I am a heterosexual uncircumcised male who has suffered from the occasional genital herpes & lesions for the past 15 years in late 2007 had what can only be described as a mental break down due to a failed business to the tune of several million dollars and subsequent bankruptcy. The most devastating thing was to follow with the loss of my wife, son& two daughters through a car accident  which left me completely devastated.  After a number of very traumatic months I was encouraged by friends to take up a job offer in Nigeria which required me to travel to the Middle East and other parts of Africa, Europe and Asia on a frequent basis. My  job afforded me to live an extremely affluent lifestyle which (ashamed to admit it) took the extracurricular  form of sleeping with several women mainly prostitutes in countries as diverse as Nigeria, Cameroon, Dubai, Angola,Vietnam & the Ukraine . Note that several of these countries have a high prevalence of HIV especially amongst sex workers. In fact I have it from an extremely good source (Senior CID Official)that 1 out of 5 prostitutes from Africa when arrested in Dubai are found to be HIV + from their required blood samples.   I have estimated that during 2008, 2009, 2010 & 2011  I slept with in excess of 100 prostitutes of which I NEVER used a condom.  Yes looking back it is obvious that I had a death wish but at the time HIV was not a concern and seldom entered my mind.
All my encounters were one night stands with one exception being a Ukrainian girl I met and “dated” for approximately three weeks and slept with seven times three of which involved anal sex. I later found out that she was HIV positive as she applied for a job in Kuwait and was refused a visa on medical grounds. She was my last sexual partner ( September 2011)
I resigned from my job in January 2012 and have moved to a Caribbean Island to “retire” I am 33 years old. In march of this year I met a wonderful woman who I have grown extremely fond of and am committed to making another go of having a family. However as she is relatively younger  than me (24) and from a very traditional religious back ground sex before marriage is completely out of the question.
Three weeks ago I proposed to her and she accepted.
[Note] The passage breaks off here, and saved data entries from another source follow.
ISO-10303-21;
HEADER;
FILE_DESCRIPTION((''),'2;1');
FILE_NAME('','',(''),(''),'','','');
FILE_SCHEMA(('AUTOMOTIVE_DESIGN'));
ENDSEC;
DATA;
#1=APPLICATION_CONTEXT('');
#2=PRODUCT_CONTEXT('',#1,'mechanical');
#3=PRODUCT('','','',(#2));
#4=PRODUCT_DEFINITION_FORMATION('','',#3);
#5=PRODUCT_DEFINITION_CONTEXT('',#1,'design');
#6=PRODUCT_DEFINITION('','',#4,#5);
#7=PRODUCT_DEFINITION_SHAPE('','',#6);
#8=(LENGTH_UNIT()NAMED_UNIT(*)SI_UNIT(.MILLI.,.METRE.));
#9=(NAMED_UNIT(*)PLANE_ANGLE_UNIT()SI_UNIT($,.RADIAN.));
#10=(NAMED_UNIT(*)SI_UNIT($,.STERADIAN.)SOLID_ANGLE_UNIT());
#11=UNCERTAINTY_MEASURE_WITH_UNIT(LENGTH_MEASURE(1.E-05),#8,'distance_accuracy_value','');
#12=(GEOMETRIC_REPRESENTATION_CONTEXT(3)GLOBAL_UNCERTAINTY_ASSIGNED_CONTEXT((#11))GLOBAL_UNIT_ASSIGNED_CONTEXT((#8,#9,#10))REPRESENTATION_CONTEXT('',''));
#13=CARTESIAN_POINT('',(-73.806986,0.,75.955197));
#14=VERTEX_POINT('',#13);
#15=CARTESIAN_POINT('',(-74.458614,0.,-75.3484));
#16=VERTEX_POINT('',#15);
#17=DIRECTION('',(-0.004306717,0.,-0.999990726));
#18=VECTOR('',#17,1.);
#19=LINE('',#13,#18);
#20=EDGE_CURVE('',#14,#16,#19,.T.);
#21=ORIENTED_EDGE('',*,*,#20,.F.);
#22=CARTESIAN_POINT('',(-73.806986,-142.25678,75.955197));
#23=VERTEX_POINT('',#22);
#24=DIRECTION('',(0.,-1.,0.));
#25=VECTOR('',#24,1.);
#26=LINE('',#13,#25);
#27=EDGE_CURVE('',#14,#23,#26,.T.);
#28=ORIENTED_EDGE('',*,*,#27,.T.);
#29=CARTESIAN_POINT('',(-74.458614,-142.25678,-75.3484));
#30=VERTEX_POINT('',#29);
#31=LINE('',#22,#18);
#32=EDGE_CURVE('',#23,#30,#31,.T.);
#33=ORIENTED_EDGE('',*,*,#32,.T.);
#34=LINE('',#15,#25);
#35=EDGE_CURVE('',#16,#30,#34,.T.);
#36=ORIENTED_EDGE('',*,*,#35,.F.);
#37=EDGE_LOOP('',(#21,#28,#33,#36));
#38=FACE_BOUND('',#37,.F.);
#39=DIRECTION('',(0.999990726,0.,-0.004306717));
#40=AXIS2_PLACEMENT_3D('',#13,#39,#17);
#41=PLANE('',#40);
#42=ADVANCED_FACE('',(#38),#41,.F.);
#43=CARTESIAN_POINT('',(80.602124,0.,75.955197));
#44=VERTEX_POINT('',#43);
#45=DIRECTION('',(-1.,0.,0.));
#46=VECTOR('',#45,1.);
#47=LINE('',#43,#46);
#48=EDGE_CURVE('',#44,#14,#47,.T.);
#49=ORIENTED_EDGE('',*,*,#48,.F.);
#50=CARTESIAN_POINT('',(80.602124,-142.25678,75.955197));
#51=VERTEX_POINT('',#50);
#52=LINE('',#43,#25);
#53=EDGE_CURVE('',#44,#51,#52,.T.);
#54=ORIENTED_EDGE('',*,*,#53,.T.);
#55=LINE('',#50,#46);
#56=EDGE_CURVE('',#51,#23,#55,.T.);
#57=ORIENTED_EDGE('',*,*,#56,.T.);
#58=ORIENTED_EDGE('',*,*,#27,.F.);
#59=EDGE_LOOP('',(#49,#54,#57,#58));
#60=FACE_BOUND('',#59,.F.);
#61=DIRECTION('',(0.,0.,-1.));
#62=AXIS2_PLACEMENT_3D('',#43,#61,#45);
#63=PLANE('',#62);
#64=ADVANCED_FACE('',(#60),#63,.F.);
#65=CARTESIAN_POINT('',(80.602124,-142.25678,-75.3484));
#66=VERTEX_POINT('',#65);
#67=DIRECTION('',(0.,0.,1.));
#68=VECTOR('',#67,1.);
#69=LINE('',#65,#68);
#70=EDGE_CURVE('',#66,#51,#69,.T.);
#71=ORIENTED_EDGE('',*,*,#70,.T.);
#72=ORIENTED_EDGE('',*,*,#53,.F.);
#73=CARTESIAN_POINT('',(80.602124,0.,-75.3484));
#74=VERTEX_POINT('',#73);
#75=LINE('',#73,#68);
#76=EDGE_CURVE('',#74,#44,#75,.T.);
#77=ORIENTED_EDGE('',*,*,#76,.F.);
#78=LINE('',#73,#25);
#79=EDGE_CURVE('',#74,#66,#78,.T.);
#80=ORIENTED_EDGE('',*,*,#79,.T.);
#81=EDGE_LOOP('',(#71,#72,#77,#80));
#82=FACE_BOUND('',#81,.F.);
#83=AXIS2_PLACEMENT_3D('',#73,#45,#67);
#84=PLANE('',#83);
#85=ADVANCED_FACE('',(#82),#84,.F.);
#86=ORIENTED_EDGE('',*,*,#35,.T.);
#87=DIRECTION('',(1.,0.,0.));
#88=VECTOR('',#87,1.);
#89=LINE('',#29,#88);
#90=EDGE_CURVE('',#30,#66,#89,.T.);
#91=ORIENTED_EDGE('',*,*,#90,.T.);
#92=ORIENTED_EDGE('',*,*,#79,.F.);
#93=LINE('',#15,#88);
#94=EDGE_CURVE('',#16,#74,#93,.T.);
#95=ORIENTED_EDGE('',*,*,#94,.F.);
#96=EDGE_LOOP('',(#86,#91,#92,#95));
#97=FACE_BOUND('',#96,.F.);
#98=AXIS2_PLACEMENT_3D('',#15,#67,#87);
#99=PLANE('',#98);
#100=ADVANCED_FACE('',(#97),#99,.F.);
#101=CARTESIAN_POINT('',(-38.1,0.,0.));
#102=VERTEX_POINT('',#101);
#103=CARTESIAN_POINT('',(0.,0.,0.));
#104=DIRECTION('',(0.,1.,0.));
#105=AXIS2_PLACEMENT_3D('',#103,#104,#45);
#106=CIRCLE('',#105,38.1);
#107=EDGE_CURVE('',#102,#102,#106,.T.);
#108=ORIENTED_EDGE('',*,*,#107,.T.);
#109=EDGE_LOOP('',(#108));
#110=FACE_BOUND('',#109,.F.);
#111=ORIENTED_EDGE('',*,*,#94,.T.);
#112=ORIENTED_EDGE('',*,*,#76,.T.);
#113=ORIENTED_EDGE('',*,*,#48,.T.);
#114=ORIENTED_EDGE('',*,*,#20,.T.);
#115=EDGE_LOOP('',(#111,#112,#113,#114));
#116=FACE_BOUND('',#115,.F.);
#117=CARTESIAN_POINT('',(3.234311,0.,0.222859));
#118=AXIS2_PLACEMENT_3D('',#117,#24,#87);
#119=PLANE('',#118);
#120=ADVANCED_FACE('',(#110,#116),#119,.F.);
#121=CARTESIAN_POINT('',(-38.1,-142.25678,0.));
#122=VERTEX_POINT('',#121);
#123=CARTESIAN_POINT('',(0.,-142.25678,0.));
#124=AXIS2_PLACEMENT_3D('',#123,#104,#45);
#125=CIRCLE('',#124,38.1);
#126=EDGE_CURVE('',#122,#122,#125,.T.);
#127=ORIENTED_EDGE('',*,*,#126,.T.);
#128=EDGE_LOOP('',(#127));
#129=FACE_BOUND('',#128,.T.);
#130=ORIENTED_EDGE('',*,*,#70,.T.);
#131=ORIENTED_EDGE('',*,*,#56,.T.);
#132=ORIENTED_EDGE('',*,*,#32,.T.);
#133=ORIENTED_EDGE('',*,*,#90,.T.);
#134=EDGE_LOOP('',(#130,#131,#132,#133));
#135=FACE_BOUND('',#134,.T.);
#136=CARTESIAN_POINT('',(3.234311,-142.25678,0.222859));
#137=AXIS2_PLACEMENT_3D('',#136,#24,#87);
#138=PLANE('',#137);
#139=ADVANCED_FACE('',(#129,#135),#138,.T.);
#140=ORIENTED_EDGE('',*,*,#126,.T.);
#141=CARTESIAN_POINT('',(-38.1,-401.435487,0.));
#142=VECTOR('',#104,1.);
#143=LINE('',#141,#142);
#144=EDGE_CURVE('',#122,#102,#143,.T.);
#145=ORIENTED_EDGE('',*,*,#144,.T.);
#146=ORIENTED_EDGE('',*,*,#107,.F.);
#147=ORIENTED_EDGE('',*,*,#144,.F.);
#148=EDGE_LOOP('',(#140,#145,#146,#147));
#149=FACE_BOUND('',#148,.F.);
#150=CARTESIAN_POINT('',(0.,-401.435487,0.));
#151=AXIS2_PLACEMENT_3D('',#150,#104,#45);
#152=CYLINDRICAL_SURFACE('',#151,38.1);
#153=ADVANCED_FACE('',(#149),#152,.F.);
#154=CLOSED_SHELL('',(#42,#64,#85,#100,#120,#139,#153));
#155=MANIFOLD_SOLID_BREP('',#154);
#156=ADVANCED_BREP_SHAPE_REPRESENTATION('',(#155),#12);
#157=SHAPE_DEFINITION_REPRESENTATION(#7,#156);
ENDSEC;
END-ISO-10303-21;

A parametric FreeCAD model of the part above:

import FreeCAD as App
import Part
import Sketcher
Q = App.Units.Quantity


def add_polygon(sketch, points):
    """Adds a closed chain of lines whose ends are joined by coincident constraints."""
    first, n = sketch.GeometryCount, len(points)
    for a, b in zip(points, points[1:] + points[:1]):
        sketch.addGeometry(Part.LineSegment(App.Vector(*a, 0), App.Vector(*b, 0)), False)
    for i in range(n):
        sketch.addConstraint(Sketcher.Constraint("Coincident", first + i, 2, first + (i + 1) % n, 1))

doc = App.newDocument("Part")
body = doc.addObject("PartDesign::Body", "Body")

sketch1 = body.newObject("Sketcher::SketchObject", "Sketch")
sketch1.AttachmentSupport = (doc.getObject("XZ_Plane"), [""])
sketch1.MapMode = "FlatFace"
add_polygon(sketch1, [(81, 76), (-74, 76), (-74, -75), (81, -75)])
sketch1.addConstraint([
    Sketcher.Constraint("Horizontal", 0),
    Sketcher.Constraint("Horizontal", 2),
    Sketcher.Constraint("Vertical", 3),
    Sketcher.Constraint("Distance", 1, 151.305),
    Sketcher.Constraint("DistanceX", 0, 2, 0, 1, 154.409111),
    Sketcher.Constraint("DistanceX", 2, 1, 2, 2, 155.060738),
    Sketcher.Constraint("DistanceY", 1, 2, -1, 1, 75.3484),
    Sketcher.Constraint("DistanceX", 0, 2, -1, 1, 73.806986),
])
pad1 = body.newObject("PartDesign::Pad", "Pad")
pad1.Profile = sketch1
pad1.Length = 142.25678

sketch2 = body.newObject("Sketcher::SketchObject", "Sketch001")
sketch2.AttachmentSupport = (doc.getObject("XZ_Plane"), [""])
sketch2.MapMode = "FlatFace"
sketch2.AttachmentOffset = App.Placement(App.Vector(0, 0, 142.25678), App.Rotation())
sketch2.addGeometry(Part.Circle(App.Vector(0, 0, 0), App.Vector(0, 0, 1), 38), False)
sketch2.addConstraint([
    Sketcher.Constraint("Coincident", 0, 3, -1, 1),
    Sketcher.Constraint("Diameter", 0, Q("3 in")),
])
doc.recompute()
hole = body.newObject("PartDesign::Hole", "Hole")
hole.Profile = sketch2
hole.ThreadType = "None"
hole.Diameter = Q("3 in")
hole.DepthType = "ThroughAll"

doc.recompute()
However the same day I proposed I was also notified of my Ukrainian ex testing positive ! That resulted in a realisation that I most probably was also infected and worst still was most probably the person who infected her.
I immediately flew home to my family doctor to take an HIV test as the Cayman’s is too small a place to do such a thing as although unlikely a positive test result could soon “leak” out to my new friends and worst still my fiancés family !
I spoke to my family doctor who is a great guy and explained my predicament. He told me that my case was EXTREME and the chances of me being positive was not certain but highly probable. I was told the results would take 2 days  and that I should brace myself for the worst as I had several symptoms which could be explained as HIV related even during the so called asymptomatic stage . He also queried me if I had experienced any illnesses of the last three years that could be classified as ARS.
Looking back there were three illnesses that did fit into the ARS category namely a rash , swollen lymph nodes ,headache but no distinct fever. The rash I experienced was located in my right armpit and nowhere else although there was the odd localised rash on my back.
I also was recently diagnosed with two Oral papilloma’s on  and next two my uvula. A significant marker for HIV infection according to HIV specialists. Along with several swollen lymph nodes in my axilla region and some nail manifestations also indicative of HIV infection.  I have also experinced severe perennial psoriasis ( anus and butt crack) the worst I have ever had. Another HIV infection marker.
I received my results a few days ago. My HIV results, Hep etc are ALL Negative !!!!!
The reason I wrote this was not to condone my behaviours but to hopefully relieve those who are stressed particularly those who are in emotional turmoil from a recent one night stand. What I did over the last few years is shameful something I have only recently come to terms with but after  receiving my results my psoriasis has begun to clear up even my nails. The point is worrying can have as much an effect on your body than HIV itself which means that getting tested is the only way for peace of mind. Not knowing your status could cause a myriad of issues.
I spoke to my doctor and he said the most likely reason I didn’t get infected was the fact that the majority of my “exposures” were just a one night stand as opposed to a full on relationship with the exception being the poor Ukrainian girl. 
Today I start my new life with my fiancé and my past is now just that : My Past. 
Please do not interpret this as condoning one night stands without condoms as this is not my intention. Merely to give some relief to those awaiting results and to point out I was EXTREMELY lucky but from my experience at least HIV does not appear to be that easy to catch.  Knowing your status and that of your partners is and will always be the key to mental and psychological well-being.
Regards
B

Title: Re: MY STORY
Post by: jkinatl2 on October 12, 2012, 04:08:28 pm
A) Mazel Tov on your new relationship.

B) Your doctor was right about HIV being significantly harder to transmit from female to male.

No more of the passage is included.